You paid by cheque, this is going to make life very difficult to get the money back.

What are his excuses?

From past experience, Ebay will only tell you to talk to a solicitor and get a claim against him in Scotland. Don't like your chances though


----------



## RainyDay (31 Oct 2007)

Might be worth contacting the  for advice.


----------



## Sue Ellen (31 Oct 2007)

RainyDay said:


> Might be worth contacting the  for advice.



When we contacted them there was little or nothing they could do to help.


----------



## truthseeker (31 Oct 2007)

What is the seller saying?

Is he responsive to emails/calls etc... Do you think his excuses are legitimate?

If its a handmade item (such as a sculpture or piece of art) it can sometimes take time to produce.

I presume he has cashed your cheque?


----------



## jhegarty (31 Oct 2007)

Why not call around , I am sure you can get there for a few euro with ryanair.... you have his address from when you sent the cheque .....


if you don't get anywhere with him you can then make a report with the local police station while there....


----------



## osuldo (31 Oct 2007)

the cheque has been cashed and it was for gold soverins which i was giving as a christining present,this guy is not responding to my email now so not sure what to do ,what can his local police do and will they even entertain someone from ireland


----------



## biddy (2 Mar 2008)

hi, just bought something on ebay and paid for it by chq (euros) and he put a strike in against me saying  i hadnt paid.

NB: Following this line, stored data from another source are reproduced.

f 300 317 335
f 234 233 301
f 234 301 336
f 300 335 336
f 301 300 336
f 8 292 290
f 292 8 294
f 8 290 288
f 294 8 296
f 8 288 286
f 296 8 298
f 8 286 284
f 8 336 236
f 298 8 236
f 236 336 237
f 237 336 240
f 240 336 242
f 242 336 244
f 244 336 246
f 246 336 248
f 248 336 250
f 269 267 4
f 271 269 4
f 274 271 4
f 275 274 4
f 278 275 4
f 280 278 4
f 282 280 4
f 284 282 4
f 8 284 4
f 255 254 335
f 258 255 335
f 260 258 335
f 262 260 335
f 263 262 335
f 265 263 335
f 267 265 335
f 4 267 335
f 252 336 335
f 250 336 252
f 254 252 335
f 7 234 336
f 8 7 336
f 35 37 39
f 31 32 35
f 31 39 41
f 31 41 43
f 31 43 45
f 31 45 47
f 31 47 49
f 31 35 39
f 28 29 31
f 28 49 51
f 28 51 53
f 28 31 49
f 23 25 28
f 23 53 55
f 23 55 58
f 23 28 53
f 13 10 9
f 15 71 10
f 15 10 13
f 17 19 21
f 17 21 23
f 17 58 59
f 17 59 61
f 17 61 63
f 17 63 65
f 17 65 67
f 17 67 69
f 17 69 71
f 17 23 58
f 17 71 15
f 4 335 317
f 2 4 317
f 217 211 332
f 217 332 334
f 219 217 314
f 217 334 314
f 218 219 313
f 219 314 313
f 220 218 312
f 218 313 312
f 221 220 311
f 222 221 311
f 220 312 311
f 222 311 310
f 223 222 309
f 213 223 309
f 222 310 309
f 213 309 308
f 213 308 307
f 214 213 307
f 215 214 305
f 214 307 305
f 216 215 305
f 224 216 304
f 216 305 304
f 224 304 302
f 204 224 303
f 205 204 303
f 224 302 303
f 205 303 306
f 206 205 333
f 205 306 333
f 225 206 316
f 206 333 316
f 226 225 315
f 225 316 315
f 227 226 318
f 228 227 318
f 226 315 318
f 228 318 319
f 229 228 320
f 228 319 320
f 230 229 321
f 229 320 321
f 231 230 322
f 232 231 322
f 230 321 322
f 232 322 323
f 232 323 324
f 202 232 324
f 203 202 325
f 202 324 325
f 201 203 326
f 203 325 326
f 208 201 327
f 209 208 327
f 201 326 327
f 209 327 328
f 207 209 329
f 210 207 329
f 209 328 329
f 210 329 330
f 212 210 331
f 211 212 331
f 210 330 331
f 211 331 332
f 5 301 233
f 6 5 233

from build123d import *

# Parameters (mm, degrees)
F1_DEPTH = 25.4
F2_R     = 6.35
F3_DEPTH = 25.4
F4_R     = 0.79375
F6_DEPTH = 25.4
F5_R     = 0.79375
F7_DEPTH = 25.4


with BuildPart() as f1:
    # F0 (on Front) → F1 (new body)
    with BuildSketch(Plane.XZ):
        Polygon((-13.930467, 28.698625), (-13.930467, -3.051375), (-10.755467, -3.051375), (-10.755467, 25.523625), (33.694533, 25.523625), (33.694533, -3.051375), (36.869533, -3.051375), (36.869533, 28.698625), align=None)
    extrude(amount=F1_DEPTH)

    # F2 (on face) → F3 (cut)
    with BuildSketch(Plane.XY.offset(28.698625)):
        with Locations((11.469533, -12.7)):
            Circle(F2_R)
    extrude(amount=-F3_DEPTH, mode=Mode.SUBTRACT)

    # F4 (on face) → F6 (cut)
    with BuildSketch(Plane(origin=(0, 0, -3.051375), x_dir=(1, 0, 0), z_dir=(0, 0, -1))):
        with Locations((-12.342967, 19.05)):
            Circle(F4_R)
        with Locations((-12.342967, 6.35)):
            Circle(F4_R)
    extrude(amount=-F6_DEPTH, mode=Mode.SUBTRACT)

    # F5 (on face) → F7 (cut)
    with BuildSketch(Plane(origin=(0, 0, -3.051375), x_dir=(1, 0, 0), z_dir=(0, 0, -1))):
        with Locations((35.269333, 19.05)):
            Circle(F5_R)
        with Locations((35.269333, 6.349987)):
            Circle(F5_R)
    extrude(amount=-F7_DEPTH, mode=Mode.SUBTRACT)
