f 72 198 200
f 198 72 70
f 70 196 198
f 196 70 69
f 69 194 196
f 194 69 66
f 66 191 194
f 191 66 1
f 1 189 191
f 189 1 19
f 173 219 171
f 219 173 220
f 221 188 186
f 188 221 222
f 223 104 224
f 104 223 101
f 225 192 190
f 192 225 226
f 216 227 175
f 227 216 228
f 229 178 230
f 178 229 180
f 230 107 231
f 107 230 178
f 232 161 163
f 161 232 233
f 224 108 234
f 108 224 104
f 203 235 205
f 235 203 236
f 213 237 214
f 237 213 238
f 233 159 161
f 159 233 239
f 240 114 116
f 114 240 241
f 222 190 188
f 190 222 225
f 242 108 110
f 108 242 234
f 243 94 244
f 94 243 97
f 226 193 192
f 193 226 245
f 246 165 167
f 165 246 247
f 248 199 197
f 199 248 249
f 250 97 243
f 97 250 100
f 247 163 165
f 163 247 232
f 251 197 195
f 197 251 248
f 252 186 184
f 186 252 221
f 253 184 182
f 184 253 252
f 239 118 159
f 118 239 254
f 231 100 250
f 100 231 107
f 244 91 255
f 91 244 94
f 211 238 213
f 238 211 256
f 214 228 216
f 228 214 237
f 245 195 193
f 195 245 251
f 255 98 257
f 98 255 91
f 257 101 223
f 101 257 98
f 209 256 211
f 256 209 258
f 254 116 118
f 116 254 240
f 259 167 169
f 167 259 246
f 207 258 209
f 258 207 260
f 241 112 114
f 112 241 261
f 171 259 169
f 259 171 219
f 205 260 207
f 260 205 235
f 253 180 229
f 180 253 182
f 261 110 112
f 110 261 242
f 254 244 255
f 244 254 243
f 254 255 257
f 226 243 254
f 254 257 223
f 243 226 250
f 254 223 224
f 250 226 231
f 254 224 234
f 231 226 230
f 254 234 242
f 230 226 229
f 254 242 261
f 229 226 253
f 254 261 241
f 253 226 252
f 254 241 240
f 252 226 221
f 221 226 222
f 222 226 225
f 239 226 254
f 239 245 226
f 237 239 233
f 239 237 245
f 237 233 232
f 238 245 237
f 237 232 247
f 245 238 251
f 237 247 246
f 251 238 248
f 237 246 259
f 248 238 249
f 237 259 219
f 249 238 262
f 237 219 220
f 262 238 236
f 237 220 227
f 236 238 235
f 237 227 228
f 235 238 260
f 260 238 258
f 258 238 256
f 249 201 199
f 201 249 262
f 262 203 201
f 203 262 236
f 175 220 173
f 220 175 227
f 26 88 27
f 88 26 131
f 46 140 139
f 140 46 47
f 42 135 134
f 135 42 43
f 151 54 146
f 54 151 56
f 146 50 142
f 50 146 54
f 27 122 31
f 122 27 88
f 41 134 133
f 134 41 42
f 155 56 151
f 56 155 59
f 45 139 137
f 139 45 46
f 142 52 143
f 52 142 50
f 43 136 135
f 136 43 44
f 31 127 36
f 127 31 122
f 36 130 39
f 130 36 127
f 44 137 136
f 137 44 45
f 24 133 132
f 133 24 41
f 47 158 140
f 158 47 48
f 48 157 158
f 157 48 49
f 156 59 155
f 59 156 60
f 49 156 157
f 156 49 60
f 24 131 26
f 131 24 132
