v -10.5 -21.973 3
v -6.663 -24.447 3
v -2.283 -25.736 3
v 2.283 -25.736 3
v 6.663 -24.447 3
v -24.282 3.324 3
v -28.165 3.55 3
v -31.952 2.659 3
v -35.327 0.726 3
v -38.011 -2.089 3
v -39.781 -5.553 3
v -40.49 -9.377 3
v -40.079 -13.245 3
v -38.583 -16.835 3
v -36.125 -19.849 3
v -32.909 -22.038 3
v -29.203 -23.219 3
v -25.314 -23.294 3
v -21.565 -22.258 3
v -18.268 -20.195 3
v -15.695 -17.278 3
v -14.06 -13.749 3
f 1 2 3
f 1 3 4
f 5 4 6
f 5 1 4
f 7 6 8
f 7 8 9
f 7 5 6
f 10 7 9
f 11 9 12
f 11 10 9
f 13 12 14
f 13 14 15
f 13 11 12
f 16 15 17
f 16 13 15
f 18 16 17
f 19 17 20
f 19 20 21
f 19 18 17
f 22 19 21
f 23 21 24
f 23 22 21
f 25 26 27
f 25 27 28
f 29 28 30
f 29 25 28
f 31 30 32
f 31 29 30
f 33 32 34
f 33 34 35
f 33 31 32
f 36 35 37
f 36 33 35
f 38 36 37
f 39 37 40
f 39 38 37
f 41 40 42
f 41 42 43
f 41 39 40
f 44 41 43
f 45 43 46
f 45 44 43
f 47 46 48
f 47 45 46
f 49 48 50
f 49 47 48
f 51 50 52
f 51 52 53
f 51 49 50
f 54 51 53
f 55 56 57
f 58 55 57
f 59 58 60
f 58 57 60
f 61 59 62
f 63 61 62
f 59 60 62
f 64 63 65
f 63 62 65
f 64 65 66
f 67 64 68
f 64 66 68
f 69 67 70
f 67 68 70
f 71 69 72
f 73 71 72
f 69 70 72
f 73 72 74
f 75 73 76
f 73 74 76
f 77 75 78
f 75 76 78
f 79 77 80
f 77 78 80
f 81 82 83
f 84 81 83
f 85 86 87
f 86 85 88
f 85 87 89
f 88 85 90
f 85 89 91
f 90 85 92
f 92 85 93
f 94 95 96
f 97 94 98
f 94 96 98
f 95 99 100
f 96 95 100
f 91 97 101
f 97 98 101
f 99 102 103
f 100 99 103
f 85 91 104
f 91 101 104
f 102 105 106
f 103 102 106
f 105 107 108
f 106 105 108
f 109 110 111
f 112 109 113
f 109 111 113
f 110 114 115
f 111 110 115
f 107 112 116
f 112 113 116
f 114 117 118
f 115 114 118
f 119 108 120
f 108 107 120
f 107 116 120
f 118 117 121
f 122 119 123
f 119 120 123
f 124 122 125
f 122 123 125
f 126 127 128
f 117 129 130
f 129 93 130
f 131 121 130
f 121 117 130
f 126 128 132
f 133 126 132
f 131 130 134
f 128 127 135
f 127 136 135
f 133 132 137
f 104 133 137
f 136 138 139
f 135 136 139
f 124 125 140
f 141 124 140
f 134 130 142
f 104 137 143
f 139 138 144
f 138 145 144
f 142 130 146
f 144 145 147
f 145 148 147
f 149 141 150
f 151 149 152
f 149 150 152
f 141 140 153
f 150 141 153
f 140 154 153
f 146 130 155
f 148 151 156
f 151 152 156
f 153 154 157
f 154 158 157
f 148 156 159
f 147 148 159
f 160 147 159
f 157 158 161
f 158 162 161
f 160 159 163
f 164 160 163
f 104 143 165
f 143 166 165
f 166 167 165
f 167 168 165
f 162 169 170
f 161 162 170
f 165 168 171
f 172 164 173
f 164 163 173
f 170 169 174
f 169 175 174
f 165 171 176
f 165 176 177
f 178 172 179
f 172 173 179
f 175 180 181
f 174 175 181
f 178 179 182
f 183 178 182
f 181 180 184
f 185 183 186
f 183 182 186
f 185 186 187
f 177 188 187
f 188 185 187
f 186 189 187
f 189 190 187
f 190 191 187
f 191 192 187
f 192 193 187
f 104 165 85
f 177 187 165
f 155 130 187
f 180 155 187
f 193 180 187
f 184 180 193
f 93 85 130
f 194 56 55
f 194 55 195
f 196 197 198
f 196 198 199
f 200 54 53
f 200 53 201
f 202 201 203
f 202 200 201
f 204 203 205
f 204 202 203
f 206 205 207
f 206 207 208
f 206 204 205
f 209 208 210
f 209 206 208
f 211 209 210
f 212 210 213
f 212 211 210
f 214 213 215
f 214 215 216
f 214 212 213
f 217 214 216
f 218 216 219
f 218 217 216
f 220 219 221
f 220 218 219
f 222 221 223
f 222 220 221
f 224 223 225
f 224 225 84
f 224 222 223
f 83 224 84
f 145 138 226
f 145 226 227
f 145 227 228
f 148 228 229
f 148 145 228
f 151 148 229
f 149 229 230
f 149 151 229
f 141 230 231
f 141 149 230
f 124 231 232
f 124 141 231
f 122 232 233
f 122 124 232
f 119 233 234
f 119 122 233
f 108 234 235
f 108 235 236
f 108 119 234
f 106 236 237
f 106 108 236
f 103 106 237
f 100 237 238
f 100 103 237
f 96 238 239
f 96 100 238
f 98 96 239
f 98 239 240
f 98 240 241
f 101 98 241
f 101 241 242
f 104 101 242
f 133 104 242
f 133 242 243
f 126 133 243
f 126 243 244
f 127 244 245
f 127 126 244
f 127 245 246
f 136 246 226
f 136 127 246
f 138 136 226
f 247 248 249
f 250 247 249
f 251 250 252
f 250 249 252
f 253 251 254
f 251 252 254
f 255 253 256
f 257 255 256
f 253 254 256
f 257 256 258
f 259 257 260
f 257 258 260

Think it was going to cost him more than he thought  when u paid in euros


----------



## ClubMan (2 Mar 2008)

Was the buyer in _Ireland_? If not then a € cheque drawn on an _Irish _bank would not be much use. I don't understand your second sentence/comment.


----------



## Blueberry08 (3 Mar 2008)

Definitely contact eBay immediately and ask for their advice, I know they don't get great copy but I'd be amazed if they weren't prepared to help you on this one, especially when a large amount of money is involved. 

Keep a copy of any emails he sent you, especially the ones where he kept fobbing you off and/or admitted he hadn't sent the coins yet. I'm assuming he can't claim he _did_ send you the coins, that he would need proof of postage?? 

Is he still trading on eBay? Check his most recent feedback to see if there's anything fishy, like any people with similar complaints.

Also try posting on the [broken link removed], it's full of people who know exactly what to do in this kind of situation, you _will_ get good advice.

And _don't_ give up, it might take a while to get your money back but plenty do on eBay when they keep pursuing these characters. Best of luck.


----------



## Complainer (3 Mar 2008)

biddy said:


> hi, just bought something on ebay and paid for it by chq (euros)


Was 'payment by cheque' one of the payment options offered by that seller?


----------



## Marie (3 Mar 2008)

You haven't mentioned time-scale.  I suggest you go back to the seller's website or the particular item you bought and have a look.  They usually are very detailed.  You will find something like "We try to ensure delivery within 7/21/30 working days _after your cheque has cleared "._  You have to count the weekdays leaving out weekends.  It's coming from Scotland.  Does this bloke mint the things to commission?  As a sculptor myself and having many sculptor friends, some of whom make small items in precious metals, the process is the sculptor gets the order/commission FIRST, gets the money to buy the materials, then strikes the medal/coin/relief.  This takes time. 

The big plus with EBay is your criticisms or account of a bad transaction seriously affect the trader.  Sellers don't want bad scores and most of them are reliable and honest.


----------



## rabbit (5 Mar 2008)

osuldo said:


> 2 weeks later spent £1400 with same seller and goods not received


seems a lot to spend up front on one transaction on ebay.  I would say 99.999 per cent of ebay transactions are under that amount.   I have used ebay hundreds of times over the years, with no problems.  Average transaction value was perhaps between five and 100 euro.   Max I ever spent on ebay was 400 euro and as I paid by paypal - the ebay payment service - satisfaction was guaranteed and I had no problems.   Suggest you take ebays advice and pay by paypal anymore....but I think there is perhaps a limit to that guarantee as well.
In your case - I suggest you phone or call in to your seller asap.   Examine his / her feedback as well.  Was it consisting of hundreds of 1400 pound transactions , all with happy customers , or did it consist of 2 pence  transactions ?   ( It does happen, but most ebay sellers are genuine and honest. ) .  It pays to examine the feedback but it may be too late in your case.


----------